🤖 AI Summary
In multi-functional alloy design, the high-dimensional composition–structure–property space is challenging to explore effectively, and existing methods lack robust support for sensitivity analysis and multi-objective trade-off reasoning. To address this, we propose an interactive visual analytics system that innovatively integrates gradient-based sensitivity curves with nearest-neighbor composition recommendations, augmented by coordinated scatterplot matrices (SPLOMs) and dynamic parameter sliders. This framework enables synergistic exploration of both local structural variations and global patterns in simulation data. It visually reveals how minute compositional perturbations affect multiple performance metrics, thereby facilitating inverse design and Pareto-optimal decision-making. Evaluated through expert-coordinated case studies on structural, thermal, and electrical alloys, the system significantly improves the efficiency of high-dimensional space exploration and enhances analysts’ capability to reason about multi-objective trade-offs.
📝 Abstract
Designing multi-functional alloys requires exploring high-dimensional composition-structure-property spaces, yet current tools are limited to low-dimensional projections and offer limited support for sensitivity or multi-objective tradeoff reasoning.
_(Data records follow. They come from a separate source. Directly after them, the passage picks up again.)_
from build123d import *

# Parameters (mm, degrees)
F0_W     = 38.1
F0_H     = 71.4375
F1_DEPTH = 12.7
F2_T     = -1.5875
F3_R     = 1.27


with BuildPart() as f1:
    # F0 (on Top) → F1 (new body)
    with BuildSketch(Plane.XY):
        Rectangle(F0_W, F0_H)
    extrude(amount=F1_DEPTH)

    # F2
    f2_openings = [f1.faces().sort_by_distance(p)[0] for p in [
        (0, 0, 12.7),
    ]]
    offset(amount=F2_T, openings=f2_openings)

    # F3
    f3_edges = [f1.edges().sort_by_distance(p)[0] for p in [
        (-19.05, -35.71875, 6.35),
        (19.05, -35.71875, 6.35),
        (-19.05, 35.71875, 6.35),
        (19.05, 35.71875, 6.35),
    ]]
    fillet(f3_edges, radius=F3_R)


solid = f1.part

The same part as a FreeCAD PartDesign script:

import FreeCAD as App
import Part
import Sketcher

V = App.Vector
Q = App.Units.Quantity


def edges_at(feature, points):
    """Names of the edges that pass closest to the given points."""
    edges = feature.Shape.Edges
    near = lambda p: min(range(len(edges)), key=lambda i: edges[i].distToShape(Part.Vertex(*p))[0])
    return sorted({f"Edge{near(p) + 1}" for p in points})


def faces_at(feature, points):
    """Names of the faces that lie closest to the given points."""
    faces = feature.Shape.Faces
    near = lambda p: min(range(len(faces)), key=lambda i: faces[i].distToShape(Part.Vertex(*p))[0])
    return sorted({f"Face{near(p) + 1}" for p in points})

doc = App.newDocument("Part")
params = doc.addObject("Spreadsheet::Sheet", "Params")
for row, (alias, value) in enumerate([
    ("sketch1_width", "1.5 in"),
    ("sketch1_height", "2.8125 in"),
    ("pad1_length", "0.5 in"),
    ("thickness_wall", "0.0625 in"),
    ("fillet_radius", "0.05 in"),
], start=1):
    params.set(f"A{row}", alias)
    params.set(f"B{row}", "=" + value)
    params.setAlias(f"B{row}", alias)

body = doc.addObject("PartDesign::Body", "Body")

sketch1 = doc.addObject("Sketcher::SketchObject", "Sketch")
body.addObject(sketch1)
sketch1.AttachmentSupport = (doc.XY_Plane, [""])
sketch1.MapMode = "FlatFace"
sketch1.addGeometry([
    Part.LineSegment(V(-19, 36, 0), V(-19, -36, 0)),
    Part.LineSegment(V(-19, -36, 0), V(19, -36, 0)),
    Part.LineSegment(V(19, -36, 0), V(19, 36, 0)),
    Part.LineSegment(V(19, 36, 0), V(-19, 36, 0)),
], False)
sketch1.addConstraint([
    Sketcher.Constraint("Coincident", 0, 2, 1, 1),
    Sketcher.Constraint("Coincident", 1, 2, 2, 1),
    Sketcher.Constraint("Coincident", 2, 2, 3, 1),
    Sketcher.Constraint("Coincident", 3, 2, 0, 1),
    Sketcher.Constraint("Vertical", 0),
    Sketcher.Constraint("Horizontal", 1),
    Sketcher.Constraint("Vertical", 2),
    Sketcher.Constraint("Horizontal", 3),
    Sketcher.Constraint("Symmetric", 0, 2, 2, 2, -1, 1),
    Sketcher.Constraint("DistanceX", 1, 1, 1, 2, Q("1.5 in")),
    Sketcher.Constraint("DistanceY", 0, 2, 0, 1, Q("2.8125 in")),
])
sketch1.setExpression("Constraints[9]", "Params.sketch1_width")
sketch1.setExpression("Constraints[10]", "Params.sketch1_height")
pad1 = doc.addObject("PartDesign::Pad", "Pad")
body.addObject(pad1)
pad1.Profile = sketch1
pad1.setExpression("Length", "Params.pad1_length")
doc.recompute()

thickness = doc.addObject("PartDesign::Thickness", "Thickness")
body.addObject(thickness)
thickness.Base = (pad1, faces_at(pad1, [(0, 0, 12.7)]))
thickness.setExpression("Value", "Params.thickness_wall")
thickness.Reversed = True
thickness.Join = "Arc"
doc.recompute()

fillet = doc.addObject("PartDesign::Fillet", "Fillet")
body.addObject(fillet)
fillet.Base = (thickness, edges_at(thickness, [
    (-19.05, -35.719, 6.35),
    (19.05, -35.719, 6.35),
    (-19.05, 35.719, 6.35),
    (19.05, 35.719, 6.35),
]))
fillet.setExpression("Radius", "Params.fillet_radius")

doc.recompute()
We introduce AlloyLens, an interactive visual analytics system combining a coordinated scatterplot matrix (SPLOM), dynamic parameter sliders, gradient-based sensitivity curves, and nearest neighbor recommendations. This integrated approach reveals latent structure in simulation data, exposes the local impact of compositional changes, and highlights tradeoffs when exact matches are absent. We validate the system through case studies co-developed with domain experts spanning structural, thermal, and electrical alloy design.